Bu üç değişikliğin sistemi altüst edeceği, dolayısıyla da Anayasa’nın ‘değiştirilemez’ maddelerine aykırı olduğu fikri ısrarla işleniyor. Bu üç değişikliği dikkatle incelediğimizde, evrensel demokrasi ölçütleriyle uyumlu olduklarını görüyoruz.
Değişiklik tasarısına göre, Anayasa Mahkemesi üye sayısı 11’den 19’a çıkarılıyor. Bunların 3’ünü Meclis, 16’sını Cumhurbaşkanı atıyor. Ancak tabii ki kendi saptamalarıyla değil, büyük çoğunluğu yüksek yargı ve eğitim kurumlarından gelen 3’lü önerilerden birisini seçiyor. Zaten şimdi de Cumhurbaşkanı 11 üyenin tamamını atıyor.
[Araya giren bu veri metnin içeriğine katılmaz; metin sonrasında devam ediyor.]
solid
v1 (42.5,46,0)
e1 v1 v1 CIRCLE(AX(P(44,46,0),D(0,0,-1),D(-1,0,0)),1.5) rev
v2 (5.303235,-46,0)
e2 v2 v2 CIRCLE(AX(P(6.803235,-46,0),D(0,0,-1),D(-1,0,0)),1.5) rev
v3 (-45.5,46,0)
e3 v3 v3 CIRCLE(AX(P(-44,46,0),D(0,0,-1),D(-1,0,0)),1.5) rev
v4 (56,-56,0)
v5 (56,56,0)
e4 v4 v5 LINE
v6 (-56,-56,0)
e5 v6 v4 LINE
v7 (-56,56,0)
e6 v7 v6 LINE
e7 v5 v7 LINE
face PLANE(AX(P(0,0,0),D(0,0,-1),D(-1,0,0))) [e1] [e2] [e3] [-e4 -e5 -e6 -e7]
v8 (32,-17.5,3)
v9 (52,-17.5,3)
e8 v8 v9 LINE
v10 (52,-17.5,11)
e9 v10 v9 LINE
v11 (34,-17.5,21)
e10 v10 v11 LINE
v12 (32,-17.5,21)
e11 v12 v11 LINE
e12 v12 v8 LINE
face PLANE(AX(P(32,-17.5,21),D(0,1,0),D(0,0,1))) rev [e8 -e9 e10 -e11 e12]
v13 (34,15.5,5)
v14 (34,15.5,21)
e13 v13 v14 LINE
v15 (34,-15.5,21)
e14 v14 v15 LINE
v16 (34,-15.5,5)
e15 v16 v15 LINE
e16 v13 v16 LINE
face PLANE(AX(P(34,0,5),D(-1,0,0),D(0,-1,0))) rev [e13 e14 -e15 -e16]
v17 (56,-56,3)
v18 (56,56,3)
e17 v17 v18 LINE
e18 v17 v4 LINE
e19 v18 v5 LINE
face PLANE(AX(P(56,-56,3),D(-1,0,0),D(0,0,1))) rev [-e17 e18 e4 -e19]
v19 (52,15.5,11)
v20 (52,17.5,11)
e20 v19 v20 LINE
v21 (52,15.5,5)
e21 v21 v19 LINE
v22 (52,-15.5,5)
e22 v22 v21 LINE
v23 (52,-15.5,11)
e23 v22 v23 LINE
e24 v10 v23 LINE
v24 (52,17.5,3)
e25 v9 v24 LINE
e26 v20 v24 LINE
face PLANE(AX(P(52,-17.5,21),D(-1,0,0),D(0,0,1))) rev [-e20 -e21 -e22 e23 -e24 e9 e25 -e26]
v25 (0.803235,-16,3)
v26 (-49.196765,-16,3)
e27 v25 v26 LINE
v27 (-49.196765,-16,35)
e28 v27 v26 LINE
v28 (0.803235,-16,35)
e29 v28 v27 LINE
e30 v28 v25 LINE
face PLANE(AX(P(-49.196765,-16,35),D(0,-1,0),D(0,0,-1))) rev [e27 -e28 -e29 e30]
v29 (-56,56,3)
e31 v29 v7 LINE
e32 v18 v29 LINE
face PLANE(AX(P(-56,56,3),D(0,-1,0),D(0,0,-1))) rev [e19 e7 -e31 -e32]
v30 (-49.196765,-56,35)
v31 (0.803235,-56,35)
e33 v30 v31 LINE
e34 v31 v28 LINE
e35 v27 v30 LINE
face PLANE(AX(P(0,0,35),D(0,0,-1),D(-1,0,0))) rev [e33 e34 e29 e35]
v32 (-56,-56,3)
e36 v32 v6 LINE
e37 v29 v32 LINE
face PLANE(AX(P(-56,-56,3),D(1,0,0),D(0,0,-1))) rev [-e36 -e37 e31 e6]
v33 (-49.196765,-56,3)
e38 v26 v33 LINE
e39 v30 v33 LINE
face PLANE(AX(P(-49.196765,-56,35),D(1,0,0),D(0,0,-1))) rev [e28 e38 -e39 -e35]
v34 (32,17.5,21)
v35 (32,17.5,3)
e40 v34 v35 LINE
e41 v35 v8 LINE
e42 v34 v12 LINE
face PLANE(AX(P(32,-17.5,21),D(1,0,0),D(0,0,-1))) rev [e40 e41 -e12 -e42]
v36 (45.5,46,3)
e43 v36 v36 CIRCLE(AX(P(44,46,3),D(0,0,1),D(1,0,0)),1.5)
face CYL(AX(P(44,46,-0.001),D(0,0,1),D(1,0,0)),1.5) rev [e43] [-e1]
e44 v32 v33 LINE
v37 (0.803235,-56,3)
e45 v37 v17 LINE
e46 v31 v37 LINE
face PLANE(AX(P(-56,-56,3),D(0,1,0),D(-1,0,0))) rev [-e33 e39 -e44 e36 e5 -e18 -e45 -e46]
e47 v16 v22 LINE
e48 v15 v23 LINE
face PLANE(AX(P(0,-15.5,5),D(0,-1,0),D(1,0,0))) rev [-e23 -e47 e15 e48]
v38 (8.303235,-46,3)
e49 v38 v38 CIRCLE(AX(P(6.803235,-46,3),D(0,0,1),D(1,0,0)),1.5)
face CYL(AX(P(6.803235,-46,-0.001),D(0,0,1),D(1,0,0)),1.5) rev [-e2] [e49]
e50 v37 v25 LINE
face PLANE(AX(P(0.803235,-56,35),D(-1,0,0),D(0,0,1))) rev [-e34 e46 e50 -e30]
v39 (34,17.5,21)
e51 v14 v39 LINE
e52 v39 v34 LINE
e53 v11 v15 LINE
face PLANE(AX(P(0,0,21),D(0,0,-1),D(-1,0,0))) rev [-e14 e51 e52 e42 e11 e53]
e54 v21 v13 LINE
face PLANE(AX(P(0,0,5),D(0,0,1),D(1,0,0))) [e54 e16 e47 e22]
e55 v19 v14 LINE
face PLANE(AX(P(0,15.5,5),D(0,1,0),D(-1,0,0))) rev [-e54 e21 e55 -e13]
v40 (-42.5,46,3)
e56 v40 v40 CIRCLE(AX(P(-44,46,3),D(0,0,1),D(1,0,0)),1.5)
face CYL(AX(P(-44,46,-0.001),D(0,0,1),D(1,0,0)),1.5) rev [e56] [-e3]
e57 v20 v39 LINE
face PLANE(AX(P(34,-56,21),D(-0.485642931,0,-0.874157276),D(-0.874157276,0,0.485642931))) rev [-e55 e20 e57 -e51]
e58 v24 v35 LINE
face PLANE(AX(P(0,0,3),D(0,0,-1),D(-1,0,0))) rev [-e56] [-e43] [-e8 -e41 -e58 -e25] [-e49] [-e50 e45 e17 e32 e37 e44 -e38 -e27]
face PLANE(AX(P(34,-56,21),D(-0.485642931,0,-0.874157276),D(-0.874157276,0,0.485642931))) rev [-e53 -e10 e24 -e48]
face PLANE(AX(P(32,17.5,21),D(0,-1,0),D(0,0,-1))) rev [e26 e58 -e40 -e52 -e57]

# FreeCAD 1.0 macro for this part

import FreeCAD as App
import Part
import Sketcher
Q = App.Units.Quantity


def add_polygon(sketch, points):
    """Adds a closed chain of lines whose ends are joined by coincident constraints."""
    first, n = sketch.GeometryCount, len(points)
    for a, b in zip(points, points[1:] + points[:1]):
        sketch.addGeometry(Part.LineSegment(App.Vector(*a, 0), App.Vector(*b, 0)), False)
    for i in range(n):
        sketch.addConstraint(Sketcher.Constraint("Coincident", first + i, 2, first + (i + 1) % n, 1))

doc = App.newDocument("Part")
params = doc.addObject("Spreadsheet::Sheet", "Params")
for row, (alias, value) in enumerate([
    ("sketch1_width", "112 mm"),
    ("pad1_length", "3 mm"),
    ("sketch2_width", "50 mm"),
    ("sketch2_height", "40 mm"),
    ("pad2_length", "32 mm"),
    ("sketch3_diameter", "3 mm"),
    ("sketch4_diameter", "3 mm"),
    ("sketch5_diameter", "3 mm"),
    ("sketch6_width", "20 mm"),
    ("sketch6_height", "35 mm"),
    ("pad3_length", "18 mm"),
    ("sketch7_width", "18 mm"),
    ("sketch7_height", "31 mm"),
    ("pocket4_length", "16 mm"),
    ("sketch8_width", "18 mm"),
    ("sketch8_height", "10 mm"),
], start=1):
    params.set(f"A{row}", alias)
    params.set(f"B{row}", "=" + value)
    params.setAlias(f"B{row}", alias)

body = doc.addObject("PartDesign::Body", "Body")

# Sketch on XY plane
sketch1 = doc.addObject("Sketcher::SketchObject", "Sketch")
body.addObject(sketch1)
sketch1.AttachmentSupport = (doc.XY_Plane, [""])
sketch1.MapMode = "FlatFace"
add_polygon(sketch1, [(-56, 56), (-56, -56), (56, -56), (56, 56)])  # lines 0-3
sketch1.addConstraint(Sketcher.Constraint("Vertical", 0))
sketch1.addConstraint(Sketcher.Constraint("Horizontal", 1))
sketch1.addConstraint(Sketcher.Constraint("Vertical", 2))
sketch1.addConstraint(Sketcher.Constraint("Horizontal", 3))
sketch1.addConstraint(Sketcher.Constraint("Symmetric", 0, 2, 2, 2, -1, 1))
sketch1.addConstraint(Sketcher.Constraint("Equal", 3, 0))
sketch1.addConstraint(Sketcher.Constraint("DistanceX", 1, 1, 1, 2, Q("112 mm")))
sketch1.setExpression("Constraints[10]", "Params.sketch1_width")
pad1 = doc.addObject("PartDesign::Pad", "Pad")
body.addObject(pad1)
pad1.Profile = sketch1
pad1.setExpression("Length", "Params.pad1_length")

# Sketch on XY plane
sketch2 = doc.addObject("Sketcher::SketchObject", "Sketch001")
body.addObject(sketch2)
sketch2.AttachmentSupport = (doc.XY_Plane, [""])
sketch2.MapMode = "FlatFace"
sketch2.AttachmentOffset = App.Placement(App.Vector(0, 0, 3), App.Rotation())
add_polygon(sketch2, [(-49.196765, -16), (-49.196765, -56), (0.803235, -56), (0.803235, -16)])  # lines 0-3
sketch2.addConstraint(Sketcher.Constraint("Vertical", 0))
sketch2.addConstraint(Sketcher.Constraint("Horizontal", 1))
sketch2.addConstraint(Sketcher.Constraint("Vertical", 2))
sketch2.addConstraint(Sketcher.Constraint("Horizontal", 3))
sketch2.addConstraint(Sketcher.Constraint("DistanceX", 1, 1, 1, 2, Q("50 mm")))
sketch2.addConstraint(Sketcher.Constraint("DistanceY", 0, 2, 0, 1, Q("40 mm")))
sketch2.addConstraint(Sketcher.Constraint("DistanceY", 0, 2, -1, 1, Q("56 mm")))
sketch2.addConstraint(Sketcher.Constraint("DistanceX", 0, 2, -1, 1, Q("49.196765 mm")))
sketch2.setExpression("Constraints[8]", "Params.sketch2_width")
sketch2.setExpression("Constraints[9]", "Params.sketch2_height")
pad2 = doc.addObject("PartDesign::Pad", "Pad001")
body.addObject(pad2)
pad2.Profile = sketch2
pad2.setExpression("Length", "Params.pad2_length")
Ancak bu adayları yalnızca yüksek yargı mensupları belirleyebiliyorlardı. Şimdi seçim tabanı genişliyor.
‘Cumhurbaşkanının seçtiği üyelerin sayısının artırılması yerine seçim yetkisinin daha büyük bir kısmının Meclis’e tanınması daha uygun olabilirdi’ diye düşünenler olabilir.(Ben böyle düşünenleri haklı görüyorum.) Bununla birlikte, Anayasa Mahkemesi üyelerinin tamamını devlet başkanlarının seçtiği Batı ülkelerinin de olduğunu göz önünde bulundurmak gerekiyor.
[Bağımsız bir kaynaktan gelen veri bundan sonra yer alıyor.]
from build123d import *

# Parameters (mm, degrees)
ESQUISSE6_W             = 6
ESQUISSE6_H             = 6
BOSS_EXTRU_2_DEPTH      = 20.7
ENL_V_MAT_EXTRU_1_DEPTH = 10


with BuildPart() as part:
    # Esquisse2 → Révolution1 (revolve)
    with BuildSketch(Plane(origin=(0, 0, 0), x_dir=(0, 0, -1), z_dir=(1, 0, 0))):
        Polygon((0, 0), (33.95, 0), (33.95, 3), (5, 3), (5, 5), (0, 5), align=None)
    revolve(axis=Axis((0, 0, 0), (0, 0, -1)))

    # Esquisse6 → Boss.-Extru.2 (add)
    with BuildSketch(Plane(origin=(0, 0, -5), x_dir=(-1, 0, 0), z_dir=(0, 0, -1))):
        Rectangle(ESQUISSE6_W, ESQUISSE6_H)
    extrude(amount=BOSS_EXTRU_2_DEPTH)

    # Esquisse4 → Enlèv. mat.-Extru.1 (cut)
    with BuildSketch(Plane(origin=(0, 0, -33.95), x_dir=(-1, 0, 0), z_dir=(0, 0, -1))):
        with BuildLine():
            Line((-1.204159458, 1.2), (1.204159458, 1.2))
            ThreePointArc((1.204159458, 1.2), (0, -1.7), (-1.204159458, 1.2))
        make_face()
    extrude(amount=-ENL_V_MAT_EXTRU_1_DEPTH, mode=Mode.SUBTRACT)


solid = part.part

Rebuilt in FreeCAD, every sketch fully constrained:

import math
import FreeCAD as App
import Part
import Sketcher
Q = App.Units.Quantity


def add_polygon(sketch, points):
    """Adds a closed chain of lines whose ends are joined by coincident constraints."""
    first, n = sketch.GeometryCount, len(points)
    for a, b in zip(points, points[1:] + points[:1]):
        sketch.addGeometry(Part.LineSegment(App.Vector(*a, 0), App.Vector(*b, 0)), False)
    for i in range(n):
        sketch.addConstraint(Sketcher.Constraint("Coincident", first + i, 2, first + (i + 1) % n, 1))

doc = App.newDocument("Part")
body = doc.addObject("PartDesign::Body", "Body")

# Sketch on YZ plane
sketch1 = body.newObject("Sketcher::SketchObject", "Sketch")
sketch1.AttachmentSupport = (doc.getObject("YZ_Plane"), [""])
sketch1.MapMode = "FlatFace"
add_polygon(sketch1, [(0, 0), (0, -34), (3, -34), (3, -5), (5, -5), (5, 0)])  # lines 0-5
sketch1.addConstraint([
    Sketcher.Constraint("Vertical", 0),
    Sketcher.Constraint("Horizontal", 1),
    Sketcher.Constraint("Vertical", 2),
    Sketcher.Constraint("Horizontal", 3),
    Sketcher.Constraint("Vertical", 4),
    Sketcher.Constraint("Horizontal", 5),
    Sketcher.Constraint("Coincident", 5, 2, -1, 1),
    Sketcher.Constraint("Equal", 5, 4),
    Sketcher.Constraint("DistanceX", 1, 1, 1, 2, Q("3 mm")),
    Sketcher.Constraint("DistanceX", 3, 1, 3, 2, Q("2 mm")),
    Sketcher.Constraint("DistanceY", 0, 2, 0, 1, Q("33.95 mm")),
])
revolution = body.newObject("PartDesign::Revolution", "Revolution")
revolution.Profile = sketch1
revolution.ReferenceAxis = (sketch1, ["V_Axis"])
revolution.Angle = 360

# Sketch on XY plane
sketch2 = body.newObject("Sketcher::SketchObject", "Sketch001")
sketch2.AttachmentSupport = (doc.getObject("XY_Plane"), [""])
sketch2.MapMode = "FlatFace"
sketch2.AttachmentOffset = App.Placement(App.Vector(0, 0, -5), App.Rotation())
add_polygon(sketch2, [(3, 3), (3, -3), (-3, -3), (-3, 3)])  # lines 0-3
sketch2.addConstraint([
    Sketcher.Constraint("Vertical", 0),
    Sketcher.Constraint("Horizontal", 1),
    Sketcher.Constraint("Vertical", 2),
    Sketcher.Constraint("Horizontal", 3),
    Sketcher.Constraint("Symmetric", 0, 2, 2, 2, -1, 1),
    Sketcher.Constraint("Equal", 3, 0),
    Sketcher.Constraint("DistanceX", 1, 2, 1, 1, Q("6 mm")),
])
pad1 = body.newObject("PartDesign::Pad", "Pad")
pad1.Profile = sketch2
pad1.Length = 20.7
pad1.Reversed = True

# Sketch on XY plane
sketch3 = body.newObject("Sketcher::SketchObject", "Sketch002")
sketch3.AttachmentSupport = (doc.getObject("XY_Plane"), [""])
sketch3.MapMode = "FlatFace"
sketch3.AttachmentOffset = App.Placement(App.Vector(0, 0, -33.95), App.Rotation())
sketch3.addGeometry([
    Part.LineSegment(App.Vector(-1.2, 1.2, 0), App.Vector(1.2, 1.2, 0)),
    Part.ArcOfCircle(Part.Circle(App.Vector(0, 0, 0), App.Vector(0, 0, 1), 1.7), math.radians(135), math.radians(405)),
], False)
sketch3.addConstraint([
    Sketcher.Constraint("Coincident", 0, 1, 1, 1),
    Sketcher.Constraint("Coincident", 1, 2, 0, 2),
    Sketcher.Constraint("Horizontal", 0),
    Sketcher.Constraint("Coincident", 1, 3, -1, 1),
    Sketcher.Constraint("Radius", 1, Q("1.7 mm")),
    Sketcher.Constraint("DistanceY", -1, 1, 0, 1, Q("1.2 mm")),
])
pocket1 = body.newObject("PartDesign::Pocket", "Pocket")
pocket1.Profile = sketch3
pocket1.Length = 10
pocket1.Reversed = True

doc.recompute()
Benzer şekilde, Hâkimler ve Savcılar Yüksek Kurulu üyelerinin önemli bir kısmının seçimine yalnızca yüksek yargı mensupları değil, yargının aktif hâkimlerinin ve savcılarının tamamının katılması söz konusu. Bu değişiklik, seçimi tabana yayıyor, tüm hâkim ve savcıların katılımını sağlıyor, yani daha demokratik bir sisteme yöneliyor. Burada Meclis’in ve hükümetin geçmişten daha fazla etkisi olmak bir yana etkileri daha da azalmış bulunuyor.
***
Parti kapatma sorununa gelince: Şimdiki sistem bir kişiye yani Yargıtay Başsavcısı’na istediği parti hakkında kapatma davası açma yetkisi veriyor. Bunun denetimi yok. Engeli de yok. Yeni taslağa göre, Yargıtay Başsavcısı’nın kapatma davası açabilmesi için Meclis’te kurulan komisyonun (Bu komisyon Meclis’te grubu bulunan her partinin 5’er üyeyle katıldığı bir komisyon olacak. Meclis Başkanı bu komisyona başkanlık edecek. Bu üyelerin üçte ikisinin oyuyla ancak bir parti hakkında kapatma davası açılabilecek.) izni gerekiyor. Böylece kapatma davasının önüne bir Meclis denetimi getiriliyor. Dünyanın birçok demokratik ülkesinde zaten kapatma kararı meclislerin iznine bağlı.
Baykal bunlara neden itiraz ediyor? Anayasa Mahkemesi ve Yargıtay Başsavcılığı kendi ideolojisine yakın olduğu için o noktada elinde bir tehdit gücünü bulundurmaktan hoşlanıyor olabilir. Peki Baykal’ın değişiklik taslağının darbe anayasasına aykırılığını bir argüman olarak öne sürmesi nasıl değerlendirilebilir? Her şeyi bir avuç yüksek yargı mensubunun belirlediği bu darbe artığı sisteme CHP’nin böylesine bel bağlaması ne anlama geliyor?
CHP, halkın iradesine saygı duymayı; demokrasinin genişlemesinin bu ülkeye yararı olduğunu hiç öğrenmeyecek mi?